Inherent Power Sanction of Counsel for Bad Faith Defense of Motion Not Immediately Appealable — Rule 11 Reprimand Threatening Reputational Damage Distinguished — Rule 54(b) Jurisdiction Unachieved by Mere Recital of Standard

Square, Inc. v. REM Holdings 3, LLC, 2012 U.S. App. LEXIS 17257 (Fed. Cir. Aug. 14, 2012):

Square brought the underlying suit in the United States District Court for the Eastern District of Missouri against REM Holdings 3, LLC (REM), seeking a correction of inventorship with regard to U.S. Patent No. 7,810,729 (the '729 Patent).

Square moved to disqualify REM's counsel, David H. Chervitz, on the ground that Chervitz had previously represented Square in connection with the preparation of their application for the '729 Patent. The district court granted the motion. The court also awarded Square $15,000 for attorney's fees and costs under the court's inherent authority to sanction a party, noting that the purpose of the sanctions were to reimburse Square for the expense of having to prosecute a motion that was defended in bad faith.

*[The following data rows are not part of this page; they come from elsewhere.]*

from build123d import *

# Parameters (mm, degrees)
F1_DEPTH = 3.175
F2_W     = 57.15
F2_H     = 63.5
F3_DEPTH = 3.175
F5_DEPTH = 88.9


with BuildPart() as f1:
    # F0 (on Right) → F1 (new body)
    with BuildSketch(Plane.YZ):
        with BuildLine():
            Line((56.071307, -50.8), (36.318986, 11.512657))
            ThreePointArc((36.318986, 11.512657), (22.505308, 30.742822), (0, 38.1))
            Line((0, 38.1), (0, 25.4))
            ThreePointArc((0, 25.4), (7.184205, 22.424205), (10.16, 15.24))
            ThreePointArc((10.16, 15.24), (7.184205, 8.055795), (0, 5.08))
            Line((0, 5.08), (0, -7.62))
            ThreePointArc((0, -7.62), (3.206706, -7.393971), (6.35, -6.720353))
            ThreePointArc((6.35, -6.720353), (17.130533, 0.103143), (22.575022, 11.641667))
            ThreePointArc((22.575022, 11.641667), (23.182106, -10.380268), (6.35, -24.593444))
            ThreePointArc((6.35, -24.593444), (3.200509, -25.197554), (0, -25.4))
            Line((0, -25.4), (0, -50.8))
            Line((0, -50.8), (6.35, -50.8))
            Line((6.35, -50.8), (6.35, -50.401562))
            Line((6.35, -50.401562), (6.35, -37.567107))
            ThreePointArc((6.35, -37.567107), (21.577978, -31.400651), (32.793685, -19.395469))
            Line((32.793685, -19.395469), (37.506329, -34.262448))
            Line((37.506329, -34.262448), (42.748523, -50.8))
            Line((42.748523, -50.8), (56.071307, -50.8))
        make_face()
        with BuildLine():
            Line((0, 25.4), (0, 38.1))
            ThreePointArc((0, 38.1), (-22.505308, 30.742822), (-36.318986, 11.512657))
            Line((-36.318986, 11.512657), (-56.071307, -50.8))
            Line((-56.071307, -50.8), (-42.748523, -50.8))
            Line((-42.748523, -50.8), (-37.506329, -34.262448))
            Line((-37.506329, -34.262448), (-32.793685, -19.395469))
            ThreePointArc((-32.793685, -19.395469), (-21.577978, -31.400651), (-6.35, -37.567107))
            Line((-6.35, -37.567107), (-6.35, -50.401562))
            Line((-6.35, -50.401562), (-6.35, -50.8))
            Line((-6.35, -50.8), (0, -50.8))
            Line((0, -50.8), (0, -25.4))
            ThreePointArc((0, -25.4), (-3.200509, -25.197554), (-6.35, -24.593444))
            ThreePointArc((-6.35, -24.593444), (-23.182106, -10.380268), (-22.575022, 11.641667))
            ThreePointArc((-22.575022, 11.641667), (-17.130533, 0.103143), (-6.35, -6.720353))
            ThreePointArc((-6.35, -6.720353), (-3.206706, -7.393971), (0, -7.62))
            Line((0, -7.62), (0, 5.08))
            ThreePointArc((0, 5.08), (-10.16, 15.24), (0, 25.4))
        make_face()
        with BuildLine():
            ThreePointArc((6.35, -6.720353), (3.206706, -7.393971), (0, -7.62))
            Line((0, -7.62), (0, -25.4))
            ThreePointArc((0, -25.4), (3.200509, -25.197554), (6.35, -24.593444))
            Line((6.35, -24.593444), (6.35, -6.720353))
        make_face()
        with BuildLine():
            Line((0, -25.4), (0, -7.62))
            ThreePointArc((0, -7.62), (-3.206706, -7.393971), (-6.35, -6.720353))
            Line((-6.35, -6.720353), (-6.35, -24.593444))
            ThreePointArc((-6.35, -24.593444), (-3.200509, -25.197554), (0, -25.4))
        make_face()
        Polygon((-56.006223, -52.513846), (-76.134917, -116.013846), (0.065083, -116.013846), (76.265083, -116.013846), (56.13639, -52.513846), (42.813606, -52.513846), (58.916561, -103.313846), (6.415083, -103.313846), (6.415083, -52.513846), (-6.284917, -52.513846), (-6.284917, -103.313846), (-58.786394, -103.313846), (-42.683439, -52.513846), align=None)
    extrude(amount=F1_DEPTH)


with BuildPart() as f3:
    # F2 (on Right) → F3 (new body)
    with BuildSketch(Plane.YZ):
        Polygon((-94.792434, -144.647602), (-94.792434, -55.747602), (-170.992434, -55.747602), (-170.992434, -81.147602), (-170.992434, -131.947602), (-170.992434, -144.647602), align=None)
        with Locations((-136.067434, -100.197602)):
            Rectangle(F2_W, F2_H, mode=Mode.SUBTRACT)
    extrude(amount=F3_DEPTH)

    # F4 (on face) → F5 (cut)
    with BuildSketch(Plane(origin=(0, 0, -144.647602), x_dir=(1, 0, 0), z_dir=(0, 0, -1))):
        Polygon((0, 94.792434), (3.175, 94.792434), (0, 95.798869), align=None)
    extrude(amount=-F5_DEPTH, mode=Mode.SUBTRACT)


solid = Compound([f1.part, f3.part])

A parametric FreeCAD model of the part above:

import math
import FreeCAD as App
import Part
import Sketcher
from FreeCAD import Vector
Q = App.Units.Quantity


def add_polygon(sketch, points):
    """Adds a closed chain of lines whose ends are joined by coincident constraints."""
    first, n = sketch.GeometryCount, len(points)
    for a, b in zip(points, points[1:] + points[:1]):
        sketch.addGeometry(Part.LineSegment(App.Vector(*a, 0), App.Vector(*b, 0)), False)
    for i in range(n):
        sketch.addConstraint(Sketcher.Constraint("Coincident", first + i, 2, first + (i + 1) % n, 1))

doc = App.newDocument("Part")
body = doc.addObject("PartDesign::Body", "Body")
body.AllowCompound = True

# Sketch on YZ plane
sketch1 = body.newObject("Sketcher::SketchObject", "Sketch")
sketch1.AttachmentSupport = (doc.getObject("YZ_Plane"), [""])
sketch1.MapMode = "FlatFace"
sketch1.addGeometry(Part.LineSegment(Vector(56, -51, 0), Vector(36, 12, 0)), False)  # 0
sketch1.addGeometry(Part.ArcOfCircle(Part.Circle(Vector(0, 0, 0), Vector(0, 0, 1), 38), math.radians(18), math.radians(90)), False)  # 1
sketch1.addGeometry(Part.ArcOfCircle(Part.Circle(Vector(0, 0, 0), Vector(0, 0, 1), 38), math.radians(90), math.radians(162)), False)  # 2
sketch1.addGeometry(Part.LineSegment(Vector(-36, 12, 0), Vector(-56, -51, 0)), False)  # 3
sketch1.addGeometry(Part.LineSegment(Vector(-56, -51, 0), Vector(-43, -51, 0)), False)  # 4
sketch1.addGeometry(Part.LineSegment(Vector(-43, -51, 0), Vector(-38, -34, 0)), False)  # 5
sketch1.addGeometry(Part.LineSegment(Vector(-38, -34, 0), Vector(-33, -19, 0)), False)  # 6
sketch1.addGeometry(Part.ArcOfCircle(Part.Circle(Vector(0, 0, 0), Vector(0, 0, 1), 38), math.radians(-149), math.radians(-100)), False)  # 7
sketch1.addGeometry(Part.LineSegment(Vector(-6, -38, 0), Vector(-6, -51, 0)), False)  # 8
sketch1.addGeometry(Part.LineSegment(Vector(-6, -51, 0), Vector(6, -51, 0)), False)  # 9
sketch1.addGeometry(Part.LineSegment(Vector(6, -51, 0), Vector(6, -38, 0)), False)  # 10
sketch1.addGeometry(Part.ArcOfCircle(Part.Circle(Vector(0, 0, 0), Vector(0, 0, 1), 38), math.radians(-80), math.radians(-31)), False)  # 11
sketch1.addGeometry(Part.LineSegment(Vector(33, -19, 0), Vector(38, -34, 0)), False)  # 12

Chervitz subsequently asked the district court to clarify whether the monetary sanction was against him personally, and if so, asked the court to designate the order as a final judgment pursuant to Fed. R. Civ. P. 54(b). In response, the district court issued an order granting stating that "the sanctions . . . are awarded against counsel David Chervitz, rather than defendant, and that the imposition of sanctions is designated a final judgment as to all claims between plaintiffs and Chervitz." Chervitz then filed this appeal, seeking review of the sanctions.

Ordinarily, only a final decision of a district court may be appealed, i.e., one that "ends the litigation on the merits and leaves nothing for the court to do but execute the judgment." Catlin v. United States, 324 U.S. 229, 233 (1945); see 28 U.S.C. §§ 1291, 1295(a). The final judgment rule, however, has been construed under the so-called "collateral order doctrine" to permit jurisdiction over a small category of orders that conclusively resolve important questions separate from the merits that are effectively unreviewable on appeal from the final judgment in the underlying action. See Cohen v. Benficial Industrial Loan Corp, 337 U.S. 541, 546 (1949).

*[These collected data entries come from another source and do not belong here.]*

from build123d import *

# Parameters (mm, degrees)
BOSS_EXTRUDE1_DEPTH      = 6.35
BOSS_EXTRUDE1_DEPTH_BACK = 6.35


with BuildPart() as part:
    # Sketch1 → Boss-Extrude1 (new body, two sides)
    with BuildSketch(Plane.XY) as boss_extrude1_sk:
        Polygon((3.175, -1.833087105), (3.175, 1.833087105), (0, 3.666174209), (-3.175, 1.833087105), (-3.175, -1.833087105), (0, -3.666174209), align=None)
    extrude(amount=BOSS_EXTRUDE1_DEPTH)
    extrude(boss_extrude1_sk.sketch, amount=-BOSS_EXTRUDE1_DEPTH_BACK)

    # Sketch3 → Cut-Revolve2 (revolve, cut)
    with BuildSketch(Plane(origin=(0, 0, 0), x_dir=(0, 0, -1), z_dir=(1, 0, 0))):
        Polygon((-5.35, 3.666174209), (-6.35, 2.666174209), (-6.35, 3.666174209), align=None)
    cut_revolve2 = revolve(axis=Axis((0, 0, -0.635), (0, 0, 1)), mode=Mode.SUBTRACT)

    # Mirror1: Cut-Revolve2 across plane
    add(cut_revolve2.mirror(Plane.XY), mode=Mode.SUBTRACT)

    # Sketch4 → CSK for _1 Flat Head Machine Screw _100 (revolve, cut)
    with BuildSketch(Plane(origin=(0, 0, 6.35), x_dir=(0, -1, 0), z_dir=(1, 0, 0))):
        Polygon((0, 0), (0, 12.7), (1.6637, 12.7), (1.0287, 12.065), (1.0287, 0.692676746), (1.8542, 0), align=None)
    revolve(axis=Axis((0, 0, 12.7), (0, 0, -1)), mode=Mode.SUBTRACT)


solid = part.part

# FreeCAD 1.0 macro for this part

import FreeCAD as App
import Part
import Sketcher
Q = App.Units.Quantity


def add_polygon(sketch, points):
    """Adds a closed chain of lines whose ends are joined by coincident constraints."""
    first, n = sketch.GeometryCount, len(points)
    for a, b in zip(points, points[1:] + points[:1]):
        sketch.addGeometry(Part.LineSegment(App.Vector(*a, 0), App.Vector(*b, 0)), False)
    for i in range(n):
        sketch.addConstraint(Sketcher.Constraint("Coincident", first + i, 2, first + (i + 1) % n, 1))

doc = App.newDocument("Part")
body = doc.addObject("PartDesign::Body", "Body")

sketch1 = body.newObject("Sketcher::SketchObject", "Sketch")
sketch1.AttachmentSupport = (doc.getObject("XY_Plane"), [""])
sketch1.MapMode = "FlatFace"
add_polygon(sketch1, [(3.2, -1.8), (3.2, 1.8), (0, 3.7), (-3.2, 1.8), (-3.2, -1.8), (0, -3.7)])
sketch1.addConstraint([
    Sketcher.Constraint("Vertical", 0),
    Sketcher.Constraint("Vertical", 3),
    Sketcher.Constraint("Symmetric", 0, 2, 3, 2, -1, 1),
    Sketcher.Constraint("Symmetric", 1, 2, 4, 2, -1, 1),
    Sketcher.Constraint("PointOnObject", 1, 2, -2),
    Sketcher.Constraint("Parallel", 2, 5),
    Sketcher.Constraint("Horizontal", 0, 2, 2, 2),
    Sketcher.Constraint("Angle", 1, Q("150 deg")),
    Sketcher.Constraint("DistanceX", 2, 2, 0, 2, Q("0.25 in")),
    Sketcher.Constraint("DistanceY", 0, 1, 0, 2, Q("3.666174 mm")),
])
pad1 = body.newObject("PartDesign::Pad", "Pad")
pad1.Profile = sketch1
pad1.Type = "TwoLengths"
pad1.Length = Q("0.25 in")
pad1.Length2 = Q("0.25 in")

sketch2 = body.newObject("Sketcher::SketchObject", "Sketch001")
sketch2.AttachmentSupport = (doc.getObject("YZ_Plane"), [""])
sketch2.MapMode = "FlatFace"
add_polygon(sketch2, [(2.7, 6.3), (3.7, 5.3), (3.7, 6.3)])
sketch2.addConstraint([
    Sketcher.Constraint("Vertical", 1),
    Sketcher.Constraint("Horizontal", 2),
    Sketcher.Constraint("Equal", 2, 1),
    Sketcher.Constraint("DistanceY", -1, 1, 1, 2, Q("0.25 in")),
    Sketcher.Constraint("DistanceX", 2, 2, 2, 1, Q("1 mm")),
    Sketcher.Constraint("DistanceX", -1, 1, 0, 2, Q("3.666174 mm")),
])
groove = body.newObject("PartDesign::Groove", "Groove")
groove.Profile = sketch2
groove.ReferenceAxis = (sketch2, ["V_Axis"])
groove.Angle = 360
doc.recompute()

mirrored = body.newObject("PartDesign::Mirrored", "Mirrored")
mirrored.Originals = [groove]
mirrored.MirrorPlane = (doc.getObject("XY_Plane"), [""])
body.Tip = mirrored

sketch3 = body.newObject("Sketcher::SketchObject", "Sketch002")
sketch3.AttachmentSupport = (doc.getObject("YZ_Plane"), [""])
sketch3.MapMode = "FlatFace"
add_polygon(sketch3, [(0, -6.3), (0, 6.3), (-1.9, 6.3), (-1, 5.7), (-1, -5.7), (-1.7, -6.3)])
sketch3.addConstraint([
    Sketcher.Constraint("Vertical", 0),
    Sketcher.Constraint("Horizontal", 1),
    Sketcher.Constraint("Vertical", 3),
    Sketcher.Constraint("Horizontal", 5),
    Sketcher.Constraint("Symmetric", 0, 2, 5, 2, -1, 1),
    Sketcher.Constraint("DistanceY", 0, 1, 0, 2, Q("0.5 in")),
    Sketcher.Constraint("Angle", 2, Q("-40 deg")),
    Sketcher.Constraint("Angle", 4, Q("-135 deg")),
    Sketcher.Constraint("DistanceX", 1, 2, 1, 1, Q("0.073 in")),
    Sketcher.Constraint("DistanceX", 5, 1, 5, 2, Q("0.0655 in")),
    Sketcher.Constraint("DistanceY", 3, 2, -1, 1, Q("0.225 in")),
])
groove2 = body.newObject("PartDesign::Groove", "Groove001")
groove2.Profile = sketch3
groove2.ReferenceAxis = (sketch3, ["V_Axis"])
groove2.Angle = 360

doc.recompute()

Chervitz contends that the sanctions order is immediately appealable because there is nothing about the pending litigation that is intertwined with, connected to, or dependent upon the sanctions order. The problem with this argument is that even if the pending litigation is completely divorced from the sanctions issue, the collateral order doctrine would not authorize an immediate appeal here because the order imposing sanctions is reviewable on appeal from final judgment. See Cunningham v. Hamilton Cnty., 527 U.S. 198, 204 (1999) (holding that a sanction imposed under Fed. R. Civ. P. 37 against an attorney that was no longer participating in the case could be appealed, but not until after entry of final judgment); see also Sanders Assocs., Inc. v. Summagraphics Corp., 2 F.3d 394, 395-98 (Fed. Cir. 1993) (sanction against an attorney is not reviewable until final judgment is entered on the underlying action, even though the amount of that sanction has already been determined).

In opposing the motion to dismiss, Chervitz relies on Precision Specialty Metals, Inc. v. United States, 315 F.3d 1346 (Fed. Cir. 2003), but that case is of no help in seeking an immediate appeal here. In Precision Specialty, the United States Court of International Trade issued an opinion holding a government attorney in violation of Rule 11 of the court's rules and formally reprimanded her for intentionally or negligently misleading the court. This court permitted the attorney to appeal under the circumstances because such a reprimand was likely to have a serious adverse impact upon the attorney's professional reputation and career. There is no similar formal reprimand here; the sanctions imposed against Chervitz were to reimburse Square to defend a motion the court found to be an obvious conflict of interest that could only be opposed in bad faith. Because an attorney can ordinarily not appeal such orders until after entry of final judgment, Chervitz's appeal was premature. See Stanley v. Woodford, 449 F.3d 1060, 1062 (9th Cir. 2006) (order imposing sanctions under court's inherent powers is not appealable until after entry of final judgment); Williams v. Midwest Employers Cas. Co., 243 F.3d 208, 208-09 (5th Cir. 2001).

Finally, the district court did not provide any reason for why there was no just reason for delay in entry of judgment here. Thus, there is no merit to Chervitz's contention that this court has jurisdiction pursuant to Rule 54(b) of the Federal Rules of Civil Procedure. See iLOR, LLC v. Google, Inc., 550 F.3d 1067, 1072 (Fed. Cir. 2008) ("[T]he bare recitation of the 'no just reason for delay' standard of Rule 54(b) is not sufficient, by itself, to properly certify an issue for immediate appeal.").